Iran's Supreme Leader, Ayatollah Seyed Ali Khamenei, has not been seen in public since October 5, and there are reports that his health is failing and that a power struggle is brewing. 

If there is change, a likely successor as the new Supreme Leader would be Ali Akbar Hashemi Rafsanjani. Like Khamenei, Rafsanjani was one of the survivors of the 1979 Great Islamic Revolution. When the original Supreme Leader (Ayatollah Rouhollah Khomeini) died in 1989, Khamenei beat out Rafsanjani for the role of new Supreme Leader. 

The two have been vigorous rivals since then, and in 2009, Rafsanjani was a leader of the opposition to the election of Mahmoud Ahmadinejad. Rafsanjani is still a hardcore believer in the Islamic state, but he's considered a reformist leader and is a representative of the views of the younger generations that grew up after the Islamic Revolution and have no personal memory of it.

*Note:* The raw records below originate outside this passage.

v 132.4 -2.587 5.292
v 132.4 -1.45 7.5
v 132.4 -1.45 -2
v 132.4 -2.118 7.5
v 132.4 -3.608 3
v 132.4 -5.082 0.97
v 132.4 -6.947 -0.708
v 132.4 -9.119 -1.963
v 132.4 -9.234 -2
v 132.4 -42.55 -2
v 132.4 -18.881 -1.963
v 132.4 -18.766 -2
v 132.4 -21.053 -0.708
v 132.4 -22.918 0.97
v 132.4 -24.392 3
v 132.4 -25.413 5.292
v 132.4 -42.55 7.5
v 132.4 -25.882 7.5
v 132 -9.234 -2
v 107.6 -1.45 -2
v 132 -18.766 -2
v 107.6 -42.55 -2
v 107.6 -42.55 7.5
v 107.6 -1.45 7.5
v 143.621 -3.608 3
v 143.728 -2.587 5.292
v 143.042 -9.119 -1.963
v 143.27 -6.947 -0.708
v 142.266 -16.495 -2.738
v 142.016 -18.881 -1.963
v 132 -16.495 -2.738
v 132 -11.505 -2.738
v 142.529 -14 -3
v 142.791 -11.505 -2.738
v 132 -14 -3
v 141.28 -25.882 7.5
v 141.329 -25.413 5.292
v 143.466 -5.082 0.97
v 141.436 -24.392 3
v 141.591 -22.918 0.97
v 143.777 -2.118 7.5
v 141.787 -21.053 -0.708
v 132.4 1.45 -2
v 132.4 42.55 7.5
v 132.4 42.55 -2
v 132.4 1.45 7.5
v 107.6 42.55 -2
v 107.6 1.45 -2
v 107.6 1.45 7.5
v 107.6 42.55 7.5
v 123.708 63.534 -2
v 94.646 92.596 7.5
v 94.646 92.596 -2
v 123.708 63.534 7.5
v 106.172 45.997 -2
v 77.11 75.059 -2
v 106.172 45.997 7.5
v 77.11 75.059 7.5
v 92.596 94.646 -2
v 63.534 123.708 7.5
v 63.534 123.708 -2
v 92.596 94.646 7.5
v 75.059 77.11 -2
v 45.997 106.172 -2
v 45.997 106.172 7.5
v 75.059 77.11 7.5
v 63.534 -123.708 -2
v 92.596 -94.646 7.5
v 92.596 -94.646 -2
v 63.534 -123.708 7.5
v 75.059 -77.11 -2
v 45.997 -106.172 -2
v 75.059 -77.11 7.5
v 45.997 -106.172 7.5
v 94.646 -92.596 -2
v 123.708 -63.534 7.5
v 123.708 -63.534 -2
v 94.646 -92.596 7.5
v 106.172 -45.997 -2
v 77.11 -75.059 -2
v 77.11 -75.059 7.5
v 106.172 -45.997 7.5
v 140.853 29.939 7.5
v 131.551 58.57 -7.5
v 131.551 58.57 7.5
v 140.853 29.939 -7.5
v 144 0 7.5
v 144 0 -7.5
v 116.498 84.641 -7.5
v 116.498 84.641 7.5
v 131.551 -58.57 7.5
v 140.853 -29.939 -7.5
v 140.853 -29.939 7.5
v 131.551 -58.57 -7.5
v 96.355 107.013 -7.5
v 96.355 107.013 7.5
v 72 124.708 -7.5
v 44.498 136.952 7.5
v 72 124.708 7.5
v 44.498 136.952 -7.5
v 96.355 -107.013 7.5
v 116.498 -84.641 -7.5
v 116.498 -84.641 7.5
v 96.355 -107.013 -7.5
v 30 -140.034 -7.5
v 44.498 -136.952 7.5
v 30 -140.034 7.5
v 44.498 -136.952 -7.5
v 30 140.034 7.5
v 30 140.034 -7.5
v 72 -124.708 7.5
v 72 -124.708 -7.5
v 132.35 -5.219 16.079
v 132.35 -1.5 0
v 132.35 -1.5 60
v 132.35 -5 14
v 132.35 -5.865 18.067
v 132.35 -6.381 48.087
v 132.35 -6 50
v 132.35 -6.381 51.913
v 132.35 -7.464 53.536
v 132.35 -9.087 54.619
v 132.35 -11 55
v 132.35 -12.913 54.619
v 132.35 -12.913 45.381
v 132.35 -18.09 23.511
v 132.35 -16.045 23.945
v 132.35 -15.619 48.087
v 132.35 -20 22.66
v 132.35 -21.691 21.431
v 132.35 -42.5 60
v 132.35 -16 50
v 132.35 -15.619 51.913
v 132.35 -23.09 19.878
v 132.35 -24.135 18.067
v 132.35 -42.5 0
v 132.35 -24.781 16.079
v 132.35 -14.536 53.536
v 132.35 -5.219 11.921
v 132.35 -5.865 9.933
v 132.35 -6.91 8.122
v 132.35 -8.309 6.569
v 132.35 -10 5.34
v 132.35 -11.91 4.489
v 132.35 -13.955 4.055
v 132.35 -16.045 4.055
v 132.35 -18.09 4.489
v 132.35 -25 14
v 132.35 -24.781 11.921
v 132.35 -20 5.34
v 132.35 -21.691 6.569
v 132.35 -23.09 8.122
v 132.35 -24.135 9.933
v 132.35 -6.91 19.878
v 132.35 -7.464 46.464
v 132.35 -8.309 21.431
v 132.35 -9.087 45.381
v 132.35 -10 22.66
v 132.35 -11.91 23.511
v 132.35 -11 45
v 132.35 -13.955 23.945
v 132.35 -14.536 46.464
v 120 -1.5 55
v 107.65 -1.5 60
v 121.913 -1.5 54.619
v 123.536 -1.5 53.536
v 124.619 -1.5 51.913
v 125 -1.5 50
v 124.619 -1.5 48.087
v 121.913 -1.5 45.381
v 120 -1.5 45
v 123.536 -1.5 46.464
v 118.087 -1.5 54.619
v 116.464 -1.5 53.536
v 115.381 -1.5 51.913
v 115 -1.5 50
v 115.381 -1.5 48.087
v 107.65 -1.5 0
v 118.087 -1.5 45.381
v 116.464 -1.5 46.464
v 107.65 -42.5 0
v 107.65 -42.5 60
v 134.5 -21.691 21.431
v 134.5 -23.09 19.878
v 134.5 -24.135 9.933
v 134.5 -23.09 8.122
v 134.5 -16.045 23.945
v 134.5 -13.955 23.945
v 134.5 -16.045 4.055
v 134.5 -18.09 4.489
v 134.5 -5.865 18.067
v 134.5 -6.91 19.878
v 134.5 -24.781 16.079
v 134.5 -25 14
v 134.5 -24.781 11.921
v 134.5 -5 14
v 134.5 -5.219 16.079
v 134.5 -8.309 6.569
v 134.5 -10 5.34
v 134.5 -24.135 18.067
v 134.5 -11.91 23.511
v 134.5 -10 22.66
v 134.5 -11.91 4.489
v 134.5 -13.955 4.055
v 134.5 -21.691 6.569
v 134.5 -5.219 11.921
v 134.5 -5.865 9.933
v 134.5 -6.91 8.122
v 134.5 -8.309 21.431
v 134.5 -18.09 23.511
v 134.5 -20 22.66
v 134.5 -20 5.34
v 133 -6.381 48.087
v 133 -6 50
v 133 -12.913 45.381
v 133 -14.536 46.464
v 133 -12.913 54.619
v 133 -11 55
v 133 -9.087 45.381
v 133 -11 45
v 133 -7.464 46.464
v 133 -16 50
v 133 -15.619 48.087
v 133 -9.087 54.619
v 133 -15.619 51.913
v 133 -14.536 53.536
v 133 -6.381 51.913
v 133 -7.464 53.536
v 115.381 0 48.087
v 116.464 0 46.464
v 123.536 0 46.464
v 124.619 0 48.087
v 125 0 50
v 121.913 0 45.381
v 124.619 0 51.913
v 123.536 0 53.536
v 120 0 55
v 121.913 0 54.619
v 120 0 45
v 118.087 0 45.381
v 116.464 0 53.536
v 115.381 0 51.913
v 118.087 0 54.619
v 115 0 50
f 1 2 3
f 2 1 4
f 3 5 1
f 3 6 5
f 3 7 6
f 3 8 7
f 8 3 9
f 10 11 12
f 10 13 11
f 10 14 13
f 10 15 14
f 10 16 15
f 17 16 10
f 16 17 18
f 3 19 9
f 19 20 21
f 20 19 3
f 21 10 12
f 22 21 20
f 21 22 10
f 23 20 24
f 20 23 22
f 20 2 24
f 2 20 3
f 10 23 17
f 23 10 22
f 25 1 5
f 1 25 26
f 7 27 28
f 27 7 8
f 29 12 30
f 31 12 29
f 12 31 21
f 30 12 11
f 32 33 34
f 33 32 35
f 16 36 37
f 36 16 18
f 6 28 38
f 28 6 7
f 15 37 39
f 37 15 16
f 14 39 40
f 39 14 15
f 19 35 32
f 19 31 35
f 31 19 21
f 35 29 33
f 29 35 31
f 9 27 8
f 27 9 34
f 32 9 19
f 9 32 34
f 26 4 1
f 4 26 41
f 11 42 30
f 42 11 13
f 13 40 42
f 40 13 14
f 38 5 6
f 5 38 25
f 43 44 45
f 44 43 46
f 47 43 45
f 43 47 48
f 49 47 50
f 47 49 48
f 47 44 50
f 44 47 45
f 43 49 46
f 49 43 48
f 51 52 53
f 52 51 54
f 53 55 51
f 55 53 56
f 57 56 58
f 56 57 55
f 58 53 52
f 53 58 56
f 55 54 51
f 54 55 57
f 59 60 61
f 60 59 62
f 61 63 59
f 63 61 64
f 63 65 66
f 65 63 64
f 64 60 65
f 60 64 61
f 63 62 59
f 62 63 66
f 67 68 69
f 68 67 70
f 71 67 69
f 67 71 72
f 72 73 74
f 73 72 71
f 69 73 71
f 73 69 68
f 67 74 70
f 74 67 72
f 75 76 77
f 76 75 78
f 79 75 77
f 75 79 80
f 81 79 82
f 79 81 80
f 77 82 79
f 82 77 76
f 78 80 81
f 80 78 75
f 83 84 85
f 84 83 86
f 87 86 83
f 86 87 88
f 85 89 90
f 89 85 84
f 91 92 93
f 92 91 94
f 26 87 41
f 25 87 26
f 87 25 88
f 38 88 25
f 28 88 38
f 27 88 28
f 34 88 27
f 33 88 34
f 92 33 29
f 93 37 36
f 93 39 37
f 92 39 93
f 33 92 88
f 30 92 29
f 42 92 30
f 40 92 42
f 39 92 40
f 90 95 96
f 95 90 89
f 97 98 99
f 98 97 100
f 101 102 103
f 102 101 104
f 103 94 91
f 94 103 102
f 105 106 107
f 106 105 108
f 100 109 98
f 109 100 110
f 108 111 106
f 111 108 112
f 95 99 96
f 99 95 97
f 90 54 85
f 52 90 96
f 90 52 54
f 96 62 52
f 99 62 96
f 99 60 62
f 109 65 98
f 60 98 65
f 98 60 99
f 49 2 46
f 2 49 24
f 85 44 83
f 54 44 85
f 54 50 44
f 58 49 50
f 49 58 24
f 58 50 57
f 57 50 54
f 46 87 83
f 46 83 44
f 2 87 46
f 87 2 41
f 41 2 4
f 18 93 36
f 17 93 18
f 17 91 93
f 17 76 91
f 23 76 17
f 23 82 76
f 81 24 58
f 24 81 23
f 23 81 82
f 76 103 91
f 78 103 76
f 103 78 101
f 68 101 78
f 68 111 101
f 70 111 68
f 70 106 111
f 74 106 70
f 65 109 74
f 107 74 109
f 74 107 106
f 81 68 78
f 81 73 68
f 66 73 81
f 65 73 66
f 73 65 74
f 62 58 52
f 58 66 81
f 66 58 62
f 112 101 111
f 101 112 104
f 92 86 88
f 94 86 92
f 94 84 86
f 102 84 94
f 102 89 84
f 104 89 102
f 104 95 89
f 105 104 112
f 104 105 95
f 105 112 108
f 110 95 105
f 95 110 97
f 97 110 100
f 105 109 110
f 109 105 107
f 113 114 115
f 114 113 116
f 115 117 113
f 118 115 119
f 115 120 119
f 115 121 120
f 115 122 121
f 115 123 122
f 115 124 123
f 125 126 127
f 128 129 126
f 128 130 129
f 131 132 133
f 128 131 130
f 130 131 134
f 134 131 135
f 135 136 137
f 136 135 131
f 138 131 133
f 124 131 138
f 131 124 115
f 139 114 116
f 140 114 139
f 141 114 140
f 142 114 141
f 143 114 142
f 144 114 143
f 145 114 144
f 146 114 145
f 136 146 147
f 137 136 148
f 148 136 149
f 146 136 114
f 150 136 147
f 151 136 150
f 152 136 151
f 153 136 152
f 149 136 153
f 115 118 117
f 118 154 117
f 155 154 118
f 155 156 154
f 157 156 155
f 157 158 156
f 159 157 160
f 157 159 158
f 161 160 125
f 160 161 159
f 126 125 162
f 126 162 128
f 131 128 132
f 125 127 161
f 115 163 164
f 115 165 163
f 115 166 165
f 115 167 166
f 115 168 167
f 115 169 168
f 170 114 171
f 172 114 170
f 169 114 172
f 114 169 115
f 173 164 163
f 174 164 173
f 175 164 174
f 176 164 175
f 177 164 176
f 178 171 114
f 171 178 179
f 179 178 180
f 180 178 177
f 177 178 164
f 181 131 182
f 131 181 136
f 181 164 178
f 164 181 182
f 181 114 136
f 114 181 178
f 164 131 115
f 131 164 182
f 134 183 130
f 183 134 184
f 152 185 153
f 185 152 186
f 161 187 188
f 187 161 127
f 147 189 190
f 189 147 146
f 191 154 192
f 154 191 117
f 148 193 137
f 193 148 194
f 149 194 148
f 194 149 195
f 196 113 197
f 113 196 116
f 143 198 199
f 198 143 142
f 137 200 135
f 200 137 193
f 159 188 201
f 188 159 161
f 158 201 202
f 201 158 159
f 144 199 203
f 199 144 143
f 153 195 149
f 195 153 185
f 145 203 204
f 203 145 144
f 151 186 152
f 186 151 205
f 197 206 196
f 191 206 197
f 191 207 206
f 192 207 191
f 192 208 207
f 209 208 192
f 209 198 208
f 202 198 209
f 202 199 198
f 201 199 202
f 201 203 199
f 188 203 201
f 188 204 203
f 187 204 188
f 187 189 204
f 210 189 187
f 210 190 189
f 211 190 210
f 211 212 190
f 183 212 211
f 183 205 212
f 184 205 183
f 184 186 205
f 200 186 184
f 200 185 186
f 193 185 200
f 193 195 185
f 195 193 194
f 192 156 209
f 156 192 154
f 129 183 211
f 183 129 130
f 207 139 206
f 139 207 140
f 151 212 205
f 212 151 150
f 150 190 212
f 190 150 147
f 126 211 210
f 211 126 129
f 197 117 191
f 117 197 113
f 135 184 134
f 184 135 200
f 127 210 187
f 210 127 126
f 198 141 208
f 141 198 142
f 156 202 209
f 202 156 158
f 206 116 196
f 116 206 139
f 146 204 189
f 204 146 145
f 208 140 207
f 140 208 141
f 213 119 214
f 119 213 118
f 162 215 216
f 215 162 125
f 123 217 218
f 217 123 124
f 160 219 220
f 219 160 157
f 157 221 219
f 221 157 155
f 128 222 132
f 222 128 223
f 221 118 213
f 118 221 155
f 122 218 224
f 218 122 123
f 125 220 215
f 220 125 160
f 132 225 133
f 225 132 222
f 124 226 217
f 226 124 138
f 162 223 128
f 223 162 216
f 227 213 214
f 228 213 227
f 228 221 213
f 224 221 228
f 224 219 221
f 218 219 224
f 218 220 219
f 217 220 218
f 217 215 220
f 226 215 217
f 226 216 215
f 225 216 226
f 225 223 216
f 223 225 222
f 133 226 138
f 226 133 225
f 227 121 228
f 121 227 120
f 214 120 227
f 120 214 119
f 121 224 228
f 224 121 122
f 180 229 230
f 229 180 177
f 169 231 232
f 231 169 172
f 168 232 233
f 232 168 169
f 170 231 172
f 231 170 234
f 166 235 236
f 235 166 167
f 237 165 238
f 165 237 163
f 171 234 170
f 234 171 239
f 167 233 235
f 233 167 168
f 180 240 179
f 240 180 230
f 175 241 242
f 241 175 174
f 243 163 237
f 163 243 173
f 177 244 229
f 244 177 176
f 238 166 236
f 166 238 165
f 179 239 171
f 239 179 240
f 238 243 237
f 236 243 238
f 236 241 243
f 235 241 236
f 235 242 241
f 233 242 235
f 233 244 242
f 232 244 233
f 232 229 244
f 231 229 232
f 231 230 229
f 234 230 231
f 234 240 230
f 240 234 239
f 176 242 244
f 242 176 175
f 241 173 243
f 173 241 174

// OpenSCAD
// trench dimensions
width = 41.1;
length = 24.8;
depth = 10;
affine = 3; // shift up z direction

right = -22; // right eye offset
left = 22; // left eye offset

distance = 120; //distance from optical center


difference(){

    // apparatus
    cylinder(h = 15, r = 1.2 * distance, center = true);

    translate([-60, 0, 0])
    cube(size = [1.5 * distance, 2.5 * distance, 20], center = true);

    // trenches for stereo pair of cameras
    union(){
        translate([distance, right, affine])
        cube(size = [length, width, depth], center = true);

        translate([distance + 20, right + 8, affine + 6])
        rotate([0, 90, 0])
        cylinder(h = 16, r = 12, center = true);

        translate([distance, left, affine])
        cube(size = [length, width, depth], center = true);
    }

    rotate([0, 0, 45])
    union(){
    translate([distance, right, affine])
    cube(size = [length, width, depth], center = true);

    translate([distance, left, affine])
    cube(size = [length, width, depth], center = true);
    }

    rotate([0, 0, -45])
    union(){
    translate([distance, right, affine])
    cube(size = [length, width, depth], center = true);

    translate([distance, left, affine])
    cube(size = [length, width, depth], center = true);
    }

    }

    translate([distance, right, 30])
    rotate([-90, 0, 0])
    union(){ // sj400cam
    // camera body
    color("dimgray")
    cube(size = [24.7, 60, 41], center = true);

    // lens
    color("deepskyblue")
    translate([12, 16, 7])
    rotate([0,90,0])
    cylinder(h = 5, r = 10, center = true);

    // power button
    color("gray")
    translate([12, -20, 11])
    rotate([0,90,0])
    cylinder(h = 2, r = 5, center = true);

    // ok button
    color("gray")
    translate([0, -20, 21])
    cylinder(h = 2, r = 5, center = true);
    }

Iran is in a generational Awakening era, meaning that a generation has passed since the end of the last generational crisis war. The result is a "generation gap" between the survivors of the last crisis war and the younger generations growing up after the war. In America's Awakening era of the 1960s, the WWII survivors were concerned about stopping Communism in Vietnam, while the younger generation (the Boomers) were opposed to the Vietnam war and supported political and gender equality and compromise with the Soviet Union. 

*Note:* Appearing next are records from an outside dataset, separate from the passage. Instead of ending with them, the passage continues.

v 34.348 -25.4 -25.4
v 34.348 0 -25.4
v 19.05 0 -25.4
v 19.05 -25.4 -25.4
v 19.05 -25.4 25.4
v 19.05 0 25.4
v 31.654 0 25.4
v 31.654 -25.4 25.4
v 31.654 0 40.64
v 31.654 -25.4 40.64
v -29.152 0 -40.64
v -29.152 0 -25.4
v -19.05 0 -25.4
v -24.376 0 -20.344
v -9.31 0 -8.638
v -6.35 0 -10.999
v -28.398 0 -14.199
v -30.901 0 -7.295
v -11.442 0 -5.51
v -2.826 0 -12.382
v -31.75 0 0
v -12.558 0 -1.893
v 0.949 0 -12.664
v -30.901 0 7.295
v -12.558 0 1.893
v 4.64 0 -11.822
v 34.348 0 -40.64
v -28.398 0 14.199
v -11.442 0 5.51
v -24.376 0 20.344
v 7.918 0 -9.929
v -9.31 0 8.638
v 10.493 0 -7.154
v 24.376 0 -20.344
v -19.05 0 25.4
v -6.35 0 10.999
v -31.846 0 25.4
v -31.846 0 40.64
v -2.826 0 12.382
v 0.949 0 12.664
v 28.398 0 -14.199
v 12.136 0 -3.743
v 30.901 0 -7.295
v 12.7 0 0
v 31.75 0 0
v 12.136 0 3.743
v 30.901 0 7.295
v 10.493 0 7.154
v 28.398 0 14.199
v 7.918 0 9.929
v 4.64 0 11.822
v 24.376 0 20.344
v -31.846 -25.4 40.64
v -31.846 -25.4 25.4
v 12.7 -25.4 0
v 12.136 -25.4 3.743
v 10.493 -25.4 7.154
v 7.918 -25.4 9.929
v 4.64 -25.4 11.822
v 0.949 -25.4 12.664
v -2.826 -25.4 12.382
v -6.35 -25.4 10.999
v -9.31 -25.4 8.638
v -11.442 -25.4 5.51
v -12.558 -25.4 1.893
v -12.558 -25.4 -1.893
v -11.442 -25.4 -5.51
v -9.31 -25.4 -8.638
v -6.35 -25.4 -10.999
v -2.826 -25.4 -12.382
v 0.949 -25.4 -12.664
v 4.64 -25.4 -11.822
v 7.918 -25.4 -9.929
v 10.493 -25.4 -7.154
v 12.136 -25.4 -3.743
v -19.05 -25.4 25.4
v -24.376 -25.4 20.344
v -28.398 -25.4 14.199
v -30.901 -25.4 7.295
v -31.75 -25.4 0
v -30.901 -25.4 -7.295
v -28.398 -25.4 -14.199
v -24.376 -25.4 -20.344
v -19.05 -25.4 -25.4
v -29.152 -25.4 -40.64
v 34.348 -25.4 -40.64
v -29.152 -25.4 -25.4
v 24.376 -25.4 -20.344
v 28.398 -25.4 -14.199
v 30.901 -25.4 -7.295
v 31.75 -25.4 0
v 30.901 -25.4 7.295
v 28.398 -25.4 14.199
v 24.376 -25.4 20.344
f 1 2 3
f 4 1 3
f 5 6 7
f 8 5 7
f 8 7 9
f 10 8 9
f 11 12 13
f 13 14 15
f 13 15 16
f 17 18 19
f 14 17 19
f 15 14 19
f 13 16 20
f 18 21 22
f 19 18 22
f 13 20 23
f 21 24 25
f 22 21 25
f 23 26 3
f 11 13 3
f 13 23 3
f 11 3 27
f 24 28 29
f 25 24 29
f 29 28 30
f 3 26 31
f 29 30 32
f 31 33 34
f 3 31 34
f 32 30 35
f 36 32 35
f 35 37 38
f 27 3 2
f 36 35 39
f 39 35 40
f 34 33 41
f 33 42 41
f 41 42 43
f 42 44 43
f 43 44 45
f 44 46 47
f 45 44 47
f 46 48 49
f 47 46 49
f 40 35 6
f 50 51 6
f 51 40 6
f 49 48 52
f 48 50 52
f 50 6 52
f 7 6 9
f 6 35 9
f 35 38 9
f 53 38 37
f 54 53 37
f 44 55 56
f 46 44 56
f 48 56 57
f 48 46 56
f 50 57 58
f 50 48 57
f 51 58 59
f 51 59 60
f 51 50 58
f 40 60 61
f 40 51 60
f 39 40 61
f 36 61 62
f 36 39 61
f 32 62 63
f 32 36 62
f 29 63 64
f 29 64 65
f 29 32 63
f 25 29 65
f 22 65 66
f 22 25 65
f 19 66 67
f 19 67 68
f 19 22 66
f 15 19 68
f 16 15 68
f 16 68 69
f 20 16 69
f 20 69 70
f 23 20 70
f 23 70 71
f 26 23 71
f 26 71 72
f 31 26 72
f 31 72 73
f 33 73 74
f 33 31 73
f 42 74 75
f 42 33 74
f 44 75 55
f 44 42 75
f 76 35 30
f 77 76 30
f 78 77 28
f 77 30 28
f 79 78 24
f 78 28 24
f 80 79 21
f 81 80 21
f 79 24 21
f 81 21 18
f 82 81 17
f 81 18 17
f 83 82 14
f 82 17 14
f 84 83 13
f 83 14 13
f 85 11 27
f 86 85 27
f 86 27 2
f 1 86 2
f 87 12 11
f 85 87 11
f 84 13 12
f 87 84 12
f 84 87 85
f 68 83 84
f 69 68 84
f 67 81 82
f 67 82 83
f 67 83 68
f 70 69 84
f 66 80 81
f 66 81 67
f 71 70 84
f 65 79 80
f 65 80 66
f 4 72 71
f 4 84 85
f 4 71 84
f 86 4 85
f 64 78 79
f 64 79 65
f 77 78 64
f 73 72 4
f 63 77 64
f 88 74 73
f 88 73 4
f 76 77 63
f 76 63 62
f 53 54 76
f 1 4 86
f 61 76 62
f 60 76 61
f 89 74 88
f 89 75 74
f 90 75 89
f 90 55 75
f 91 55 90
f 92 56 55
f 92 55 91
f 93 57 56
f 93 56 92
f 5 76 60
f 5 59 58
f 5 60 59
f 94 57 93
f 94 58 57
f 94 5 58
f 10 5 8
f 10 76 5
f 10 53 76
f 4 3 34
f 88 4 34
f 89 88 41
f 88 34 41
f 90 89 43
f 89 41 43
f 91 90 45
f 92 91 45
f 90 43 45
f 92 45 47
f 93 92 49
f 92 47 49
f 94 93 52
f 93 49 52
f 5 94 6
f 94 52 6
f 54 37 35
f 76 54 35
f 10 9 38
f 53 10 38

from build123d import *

# Parameters (mm, degrees)
F0_R     = 12.7
F1_DEPTH = 25.4


with BuildPart() as f1:
    # F0 (on Front) → F1 (new body)
    with BuildSketch(Plane.XZ):
        with BuildLine():
            Line((-31.846212, 25.4), (-19.05, 25.4))
            ThreePointArc((-19.05, 25.4), (-31.75, 0), (-19.05, -25.4))
            Line((-19.05, -25.4), (-29.152272, -25.4))
            Line((-29.152272, -25.4), (-29.152272, -40.64))
            Line((-29.152272, -40.64), (34.347728, -40.64))
            Line((34.347728, -40.64), (34.347728, -25.4))
            Line((34.347728, -25.4), (19.05, -25.4))
            ThreePointArc((19.05, -25.4), (31.75, 0), (19.05, 25.4))
            Line((19.05, 25.4), (31.653788, 25.4))
            Line((31.653788, 25.4), (31.653788, 40.64))
            Line((31.653788, 40.64), (-31.846212, 40.64))
            Line((-31.846212, 40.64), (-31.846212, 25.4))
        make_face()
        Circle(F0_R, mode=Mode.SUBTRACT)
    extrude(amount=F1_DEPTH)


solid = f1.part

Today, Iran is following a similar path. I've written many articles in the last few years about young women demanding to be allowed to dress without headscarves (just as young women in the 1960s wore miniskirts and hot pants). And there have been large anti-government student demonstrations for years, peaking in the 2009 election. 

Every Awakening era reaches a climax that ends in one of only two ways: The younger generation "wins," as happened in America when President Nixon resigned in 1974, or the older generation "wins," as happened in China in 1969 with the Tiananmen Square massacre. 

Despite the 2009 crackdown against the student protesters, all signs point to an Awakening era victory by the younger generation. If Rafsanjani replaces Khamenei as the Supreme Leader, that will signal the beginning of the Awakening era climax. YNet

Iran's negotiations with America represent a Rafsanjani victory over Khamenei

During the past few months, I've written about a possibly significant change in the rhetoric of Iran's Supreme Leader, Ayatollah Seyed Ali Khamenei. In particular, he's been using a phrase with enormous historic significance, "heroic flexibility," to justify a rapprochement with America. I've written that this change was forced on him by the rise of the younger post-Revolution generations in Iran's generational Awakening era. A series of analyses by the Middle East Media Research Institute (MEMRI) shows that the mechanism by which this occurred was through a series of political battles between Khamenei and Ali Akbar Hashemi Rafsanjani. 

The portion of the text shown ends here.